## WHAT TO WORK ON
When you reach the line in the data below that contains "-e9 -e10 e11]", please start repeating lines exactly, and stop after the line that contains "v24 (19.74869,-5,51.214587)", repeating nothing else.

## Collected data entries
■ ■ ■

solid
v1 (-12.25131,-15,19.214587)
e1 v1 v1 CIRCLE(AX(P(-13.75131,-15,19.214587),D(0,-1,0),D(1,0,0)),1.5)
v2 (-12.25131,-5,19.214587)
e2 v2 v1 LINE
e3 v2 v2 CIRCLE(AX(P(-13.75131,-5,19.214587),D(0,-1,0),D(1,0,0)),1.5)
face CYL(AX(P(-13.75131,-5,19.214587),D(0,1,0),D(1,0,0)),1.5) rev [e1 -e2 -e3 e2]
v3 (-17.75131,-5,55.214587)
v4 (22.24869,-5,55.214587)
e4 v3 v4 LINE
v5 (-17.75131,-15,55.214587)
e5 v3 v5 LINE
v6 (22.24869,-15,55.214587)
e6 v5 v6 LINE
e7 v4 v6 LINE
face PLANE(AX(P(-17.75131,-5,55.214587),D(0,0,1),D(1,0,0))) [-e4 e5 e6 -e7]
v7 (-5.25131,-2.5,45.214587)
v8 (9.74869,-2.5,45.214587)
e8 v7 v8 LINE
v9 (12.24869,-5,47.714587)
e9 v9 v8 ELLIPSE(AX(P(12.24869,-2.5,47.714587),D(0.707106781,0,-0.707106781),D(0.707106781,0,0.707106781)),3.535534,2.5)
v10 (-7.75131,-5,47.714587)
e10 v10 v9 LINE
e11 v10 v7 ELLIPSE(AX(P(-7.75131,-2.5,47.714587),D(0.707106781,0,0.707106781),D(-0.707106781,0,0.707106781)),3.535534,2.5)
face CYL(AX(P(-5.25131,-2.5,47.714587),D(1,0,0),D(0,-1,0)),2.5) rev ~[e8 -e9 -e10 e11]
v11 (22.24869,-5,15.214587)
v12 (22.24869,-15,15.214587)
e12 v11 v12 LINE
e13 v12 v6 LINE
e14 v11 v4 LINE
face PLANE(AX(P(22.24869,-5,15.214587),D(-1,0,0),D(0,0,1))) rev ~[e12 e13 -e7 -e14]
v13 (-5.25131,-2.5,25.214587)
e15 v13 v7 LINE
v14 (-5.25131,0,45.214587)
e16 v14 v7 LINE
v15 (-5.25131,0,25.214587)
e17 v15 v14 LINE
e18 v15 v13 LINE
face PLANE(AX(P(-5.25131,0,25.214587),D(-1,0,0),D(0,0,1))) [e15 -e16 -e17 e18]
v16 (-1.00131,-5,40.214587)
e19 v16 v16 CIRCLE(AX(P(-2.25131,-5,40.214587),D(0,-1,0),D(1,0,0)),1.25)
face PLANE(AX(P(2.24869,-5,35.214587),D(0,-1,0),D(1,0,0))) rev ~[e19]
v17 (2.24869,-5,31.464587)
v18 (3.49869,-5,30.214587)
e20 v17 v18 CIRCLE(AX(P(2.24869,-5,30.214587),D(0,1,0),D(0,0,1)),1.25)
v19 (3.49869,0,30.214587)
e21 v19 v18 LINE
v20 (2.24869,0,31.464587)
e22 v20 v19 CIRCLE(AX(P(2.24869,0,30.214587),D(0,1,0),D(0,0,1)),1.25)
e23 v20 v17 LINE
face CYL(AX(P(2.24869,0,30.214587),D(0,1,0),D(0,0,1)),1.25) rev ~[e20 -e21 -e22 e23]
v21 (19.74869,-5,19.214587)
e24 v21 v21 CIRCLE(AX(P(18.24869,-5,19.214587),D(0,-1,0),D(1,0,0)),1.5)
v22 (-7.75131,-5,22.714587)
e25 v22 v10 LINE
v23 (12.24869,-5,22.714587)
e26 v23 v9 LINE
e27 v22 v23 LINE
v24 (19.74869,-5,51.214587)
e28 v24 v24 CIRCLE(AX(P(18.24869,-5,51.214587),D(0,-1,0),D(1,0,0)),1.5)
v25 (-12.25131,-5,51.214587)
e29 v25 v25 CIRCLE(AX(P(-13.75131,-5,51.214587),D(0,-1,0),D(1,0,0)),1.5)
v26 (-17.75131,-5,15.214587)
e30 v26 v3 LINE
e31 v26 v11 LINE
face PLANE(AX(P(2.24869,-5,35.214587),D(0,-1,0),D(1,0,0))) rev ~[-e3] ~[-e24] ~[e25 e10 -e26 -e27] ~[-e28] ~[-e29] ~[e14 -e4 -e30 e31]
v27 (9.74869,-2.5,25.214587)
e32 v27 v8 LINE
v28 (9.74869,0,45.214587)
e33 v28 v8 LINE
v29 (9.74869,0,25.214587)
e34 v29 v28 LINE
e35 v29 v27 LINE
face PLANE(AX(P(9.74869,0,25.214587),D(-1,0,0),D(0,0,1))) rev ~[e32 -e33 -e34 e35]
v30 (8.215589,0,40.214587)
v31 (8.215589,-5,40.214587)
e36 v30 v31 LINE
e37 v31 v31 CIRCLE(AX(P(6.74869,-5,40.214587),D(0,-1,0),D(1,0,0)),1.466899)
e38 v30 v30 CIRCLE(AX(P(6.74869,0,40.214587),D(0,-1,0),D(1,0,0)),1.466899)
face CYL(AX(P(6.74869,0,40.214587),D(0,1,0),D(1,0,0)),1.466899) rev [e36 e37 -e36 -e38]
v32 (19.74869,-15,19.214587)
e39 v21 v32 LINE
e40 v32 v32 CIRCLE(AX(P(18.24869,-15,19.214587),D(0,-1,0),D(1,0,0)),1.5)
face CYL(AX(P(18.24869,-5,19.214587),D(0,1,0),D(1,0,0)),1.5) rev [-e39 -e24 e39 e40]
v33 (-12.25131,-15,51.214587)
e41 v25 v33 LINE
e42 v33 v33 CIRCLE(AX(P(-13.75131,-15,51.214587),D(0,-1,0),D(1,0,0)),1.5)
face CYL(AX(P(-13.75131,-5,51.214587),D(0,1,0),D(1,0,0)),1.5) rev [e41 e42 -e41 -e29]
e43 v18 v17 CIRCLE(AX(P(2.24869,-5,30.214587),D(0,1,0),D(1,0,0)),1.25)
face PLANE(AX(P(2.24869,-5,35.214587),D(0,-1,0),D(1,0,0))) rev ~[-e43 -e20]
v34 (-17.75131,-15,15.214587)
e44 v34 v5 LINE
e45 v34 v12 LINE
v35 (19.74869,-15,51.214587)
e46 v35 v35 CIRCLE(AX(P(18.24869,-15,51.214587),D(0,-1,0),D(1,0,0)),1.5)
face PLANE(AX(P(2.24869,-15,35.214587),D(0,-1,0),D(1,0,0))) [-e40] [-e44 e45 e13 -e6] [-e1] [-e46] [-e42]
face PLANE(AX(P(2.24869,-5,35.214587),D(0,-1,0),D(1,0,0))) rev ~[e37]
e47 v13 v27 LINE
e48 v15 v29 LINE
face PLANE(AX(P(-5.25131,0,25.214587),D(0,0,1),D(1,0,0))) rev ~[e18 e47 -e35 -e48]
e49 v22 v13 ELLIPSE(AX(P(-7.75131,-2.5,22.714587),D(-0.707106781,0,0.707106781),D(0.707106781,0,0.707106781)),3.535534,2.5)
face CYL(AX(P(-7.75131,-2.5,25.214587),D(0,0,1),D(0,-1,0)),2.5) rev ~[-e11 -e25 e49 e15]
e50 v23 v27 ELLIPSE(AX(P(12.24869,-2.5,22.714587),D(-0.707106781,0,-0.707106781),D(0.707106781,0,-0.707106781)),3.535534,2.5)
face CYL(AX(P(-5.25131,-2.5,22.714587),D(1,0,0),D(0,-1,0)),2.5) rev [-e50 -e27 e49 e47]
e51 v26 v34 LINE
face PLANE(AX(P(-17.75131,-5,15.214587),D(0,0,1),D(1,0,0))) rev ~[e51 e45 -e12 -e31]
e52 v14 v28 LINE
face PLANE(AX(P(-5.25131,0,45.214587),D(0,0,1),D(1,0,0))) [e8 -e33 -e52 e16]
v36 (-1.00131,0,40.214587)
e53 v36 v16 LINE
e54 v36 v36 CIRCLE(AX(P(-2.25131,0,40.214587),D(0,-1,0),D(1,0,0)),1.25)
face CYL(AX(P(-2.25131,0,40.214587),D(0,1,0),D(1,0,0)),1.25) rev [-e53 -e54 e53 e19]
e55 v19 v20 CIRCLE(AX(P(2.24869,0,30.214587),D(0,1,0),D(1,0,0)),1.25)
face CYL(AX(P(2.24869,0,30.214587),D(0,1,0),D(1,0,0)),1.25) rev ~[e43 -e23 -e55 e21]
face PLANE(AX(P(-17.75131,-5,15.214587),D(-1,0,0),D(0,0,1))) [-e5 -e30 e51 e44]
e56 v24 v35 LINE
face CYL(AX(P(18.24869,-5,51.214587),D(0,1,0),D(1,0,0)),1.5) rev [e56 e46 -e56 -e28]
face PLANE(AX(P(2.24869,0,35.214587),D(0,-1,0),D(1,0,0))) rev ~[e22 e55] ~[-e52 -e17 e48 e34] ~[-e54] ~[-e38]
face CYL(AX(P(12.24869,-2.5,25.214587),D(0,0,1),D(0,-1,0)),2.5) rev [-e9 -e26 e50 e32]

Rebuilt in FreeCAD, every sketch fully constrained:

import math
import FreeCAD as App
import Part
import Sketcher
from FreeCAD import Vector
Q = App.Units.Quantity


def edges_at(feature, points):
    """Names of the edges that pass closest to the given points."""
    edges = feature.Shape.Edges
    near = lambda p: min(range(len(edges)), key=lambda i: edges[i].distToShape(Part.Vertex(*p))[0])
    return sorted({f"Edge{near(p) + 1}" for p in points})


def add_polygon(sketch, points):
    """Adds a closed chain of lines whose ends are joined by coincident constraints."""
    first, n = sketch.GeometryCount, len(points)
    for a, b in zip(points, points[1:] + points[:1]):
        sketch.addGeometry(Part.LineSegment(App.Vector(*a, 0), App.Vector(*b, 0)), False)
    for i in range(n):
        sketch.addConstraint(Sketcher.Constraint("Coincident", first + i, 2, first + (i + 1) % n, 1))

doc = App.newDocument("Part")
body = doc.addObject("PartDesign::Body", "Body")

sketch1 = body.newObject("Sketcher::SketchObject", "Sketch")
sketch1.AttachmentSupport = (doc.getObject("XZ_Plane"), [""])
sketch1.MapMode = "FlatFace"
add_polygon(sketch1, [(-5.25131, 45.214587), (-5.25131, 25.214587), (9.74869, 25.214587), (9.74869, 45.214587)])
sketch1.addGeometry(Part.ArcOfCircle(Part.Circle(Vector(2.24869, 30.214587, 0), Vector(0, 0, 1), 1.25), math.radians(90), math.radians(360)), False)
sketch1.addGeometry(Part.ArcOfCircle(Part.Circle(Vector(2.24869, 30.214587, 0), Vector(0, 0, 1), 1.25), math.radians(0), math.radians(90)), False)
sketch1.addGeometry(Part.Circle(Vector(-2.25131, 40.214587, 0), Vector(0, 0, 1), 1.25), False)
sketch1.addGeometry(Part.Circle(Vector(6.74869, 40.214587, 0), Vector(0, 0, 1), 1.466899), False)
sketch1.addConstraint(Sketcher.Constraint("Tangent", 4, 1, 5, 2))
sketch1.addConstraint(Sketcher.Constraint("Coincident", 5, 1, 4, 2))
sketch1.addConstraint(Sketcher.Constraint("Vertical", 0))
sketch1.addConstraint(Sketcher.Constraint("Horizontal", 1))
sketch1.addConstraint(Sketcher.Constraint("Vertical", 2))
sketch1.addConstraint(Sketcher.Constraint("Horizontal", 3))
sketch1.addConstraint(Sketcher.Constraint("Equal", 5, 6))
sketch1.addConstraint(Sketcher.Constraint("Horizontal", 6, 3, 7, 3))
sketch1.addConstraint(Sketcher.Constraint("Horizontal", 4, 3, 5, 1))
sketch1.addConstraint(Sketcher.Constraint("Vertical", 5, 3, 4, 1))
sketch1.addConstraint(Sketcher.Constraint("Diameter", 6, Q("2.5 mm")))
sketch1.addConstraint(Sketcher.Constraint("DistanceX", 1, 1, 1, 2, Q("15 mm")))
sketch1.addConstraint(Sketcher.Constraint("DistanceY", 0, 2, 0, 1, Q("20 mm")))
sketch1.addConstraint(Sketcher.Constraint("DistanceY", 4, 3, 6, 3, Q("10 mm")))
sketch1.addConstraint(Sketcher.Constraint("DistanceX", 6, 3, 7, 3, Q("9 mm")))
sketch1.addConstraint(Sketcher.Constraint("DistanceY", 0, 2, 4, 3, Q("5 mm")))
sketch1.addConstraint(Sketcher.Constraint("DistanceX", 0, 2, 6, 3, Q("3 mm")))
sketch1.addConstraint(Sketcher.Constraint("Diameter", 7, Q("2.933799 mm")))
sketch1.addConstraint(Sketcher.Constraint("DistanceX", 6, 3, 4, 3, Q("4.5 mm")))
sketch1.addConstraint(Sketcher.Constraint("DistanceX", -1, 1, 4, 3, Q("2.24869 mm")))
sketch1.addConstraint(Sketcher.Constraint("DistanceY", -1, 1, 4, 3, Q("30.214587 mm")))
pad1 = body.newObject("PartDesign::Pad", "Pad")
pad1.Profile = sketch1
pad1.Length = 5

sketch2 = body.newObject("Sketcher::SketchObject", "Sketch001")
sketch2.AttachmentSupport = (doc.getObject("XZ_Plane"), [""])
sketch2.MapMode = "FlatFace"
sketch2.AttachmentOffset = App.Placement(Vector(0, 0, 5), App.Rotation())
add_polygon(sketch2, [(-17.75131, 55.214587), (-17.75131, 15.214587), (22.24869, 15.214587), (22.24869, 55.214587)])
sketch2.addGeometry(Part.Circle(Vector(-13.75131, 19.214587, 0), Vector(0, 0, 1), 1.5), False)
sketch2.addGeometry(Part.Circle(Vector(18.24869, 19.214587, 0), Vector(0, 0, 1), 1.5), False)
sketch2.addGeometry(Part.Circle(Vector(-13.75131, 51.214587, 0), Vector(0, 0, 1), 1.5), False)
sketch2.addGeometry(Part.Circle(Vector(18.24869, 51.214587, 0), Vector(0, 0, 1), 1.5), False)
sketch2.addConstraint(Sketcher.Constraint("Vertical", 0))
sketch2.addConstraint(Sketcher.Constraint("Horizontal", 1))
sketch2.addConstraint(Sketcher.Constraint("Vertical", 2))
sketch2.addConstraint(Sketcher.Constraint("Horizontal", 3))
sketch2.addConstraint(Sketcher.Constraint("Equal", 4, 5))
sketch2.addConstraint(Sketcher.Constraint("Equal", 5, 6))
sketch2.addConstraint(Sketcher.Constraint("Equal", 6, 7))
sketch2.addConstraint(Sketcher.Constraint("Horizontal", 4, 3, 5, 3))
sketch2.addConstraint(Sketcher.Constraint("Horizontal", 6, 3, 7, 3))
sketch2.addConstraint(Sketcher.Constraint("Vertical", 4, 3, 6, 3))
sketch2.addConstraint(Sketcher.Constraint("Vertical", 5, 3, 7, 3))
sketch2.addConstraint(Sketcher.Constraint("Equal", 3, 0))
sketch2.addConstraint(Sketcher.Constraint("Diameter", 4, Q("3 mm")))
sketch2.addConstraint(Sketcher.Constraint("DistanceX", 1, 1, 1, 2, Q("40 mm")))
sketch2.addConstraint(Sketcher.Constraint("DistanceX", 4, 3, 5, 3, Q("32 mm")))
sketch2.addConstraint(Sketcher.Constraint("DistanceY", 4, 3, 6, 3, Q("32 mm")))
sketch2.addConstraint(Sketcher.Constraint("DistanceX", 0, 2, 4, 3, Q("4 mm")))
sketch2.addConstraint(Sketcher.Constraint("DistanceY", 0, 2, 4, 3, Q("4 mm")))
sketch2.addConstraint(Sketcher.Constraint("DistanceX", 4, 3, -1, 1, Q("13.75131 mm")))
sketch2.addConstraint(Sketcher.Constraint("DistanceY", -1, 1, 4, 3, Q("19.214587 mm")))
pad2 = body.newObject("PartDesign::Pad", "Pad001")
pad2.Profile = sketch2
pad2.Length = 10
doc.recompute()

fillet = body.newObject("PartDesign::Fillet", "Fillet")
fillet.Base = (pad2, edges_at(pad2, [
    (-5.251, -5, 35.215),
    (2.249, -5, 25.215),
    (9.749, -5, 35.215),
    (2.249, -5, 45.215),
]))
fillet.Radius = 2.5

doc.recompute()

■ ■ ■

## RESULT OF THIS EXERCISE
face CYL(AX(P(-5.25131,-2.5,47.714587),D(1,0,0),D(0,-1,0)),2.5) rev ~[e8 -e9 -e10 e11]
v11 (22.24869,-5,15.214587)
v12 (22.24869,-15,15.214587)
e12 v11 v12 LINE
e13 v12 v6 LINE
e14 v11 v4 LINE
face PLANE(AX(P(22.24869,-5,15.214587),D(-1,0,0),D(0,0,1))) rev ~[e12 e13 -e7 -e14]
v13 (-5.25131,-2.5,25.214587)
e15 v13 v7 LINE
v14 (-5.25131,0,45.214587)
e16 v14 v7 LINE
v15 (-5.25131,0,25.214587)
e17 v15 v14 LINE
e18 v15 v13 LINE
face PLANE(AX(P(-5.25131,0,25.214587),D(-1,0,0),D(0,0,1))) [e15 -e16 -e17 e18]
v16 (-1.00131,-5,40.214587)
e19 v16 v16 CIRCLE(AX(P(-2.25131,-5,40.214587),D(0,-1,0),D(1,0,0)),1.25)
face PLANE(AX(P(2.24869,-5,35.214587),D(0,-1,0),D(1,0,0))) rev ~[e19]
v17 (2.24869,-5,31.464587)
v18 (3.49869,-5,30.214587)
e20 v17 v18 CIRCLE(AX(P(2.24869,-5,30.214587),D(0,1,0),D(0,0,1)),1.25)
v19 (3.49869,0,30.214587)
e21 v19 v18 LINE
v20 (2.24869,0,31.464587)
e22 v20 v19 CIRCLE(AX(P(2.24869,0,30.214587),D(0,1,0),D(0,0,1)),1.25)
e23 v20 v17 LINE
face CYL(AX(P(2.24869,0,30.214587),D(0,1,0),D(0,0,1)),1.25) rev ~[e20 -e21 -e22 e23]
v21 (19.74869,-5,19.214587)
e24 v21 v21 CIRCLE(AX(P(18.24869,-5,19.214587),D(0,-1,0),D(1,0,0)),1.5)
v22 (-7.75131,-5,22.714587)
e25 v22 v10 LINE
v23 (12.24869,-5,22.714587)
e26 v23 v9 LINE
e27 v22 v23 LINE
v24 (19.74869,-5,51.214587)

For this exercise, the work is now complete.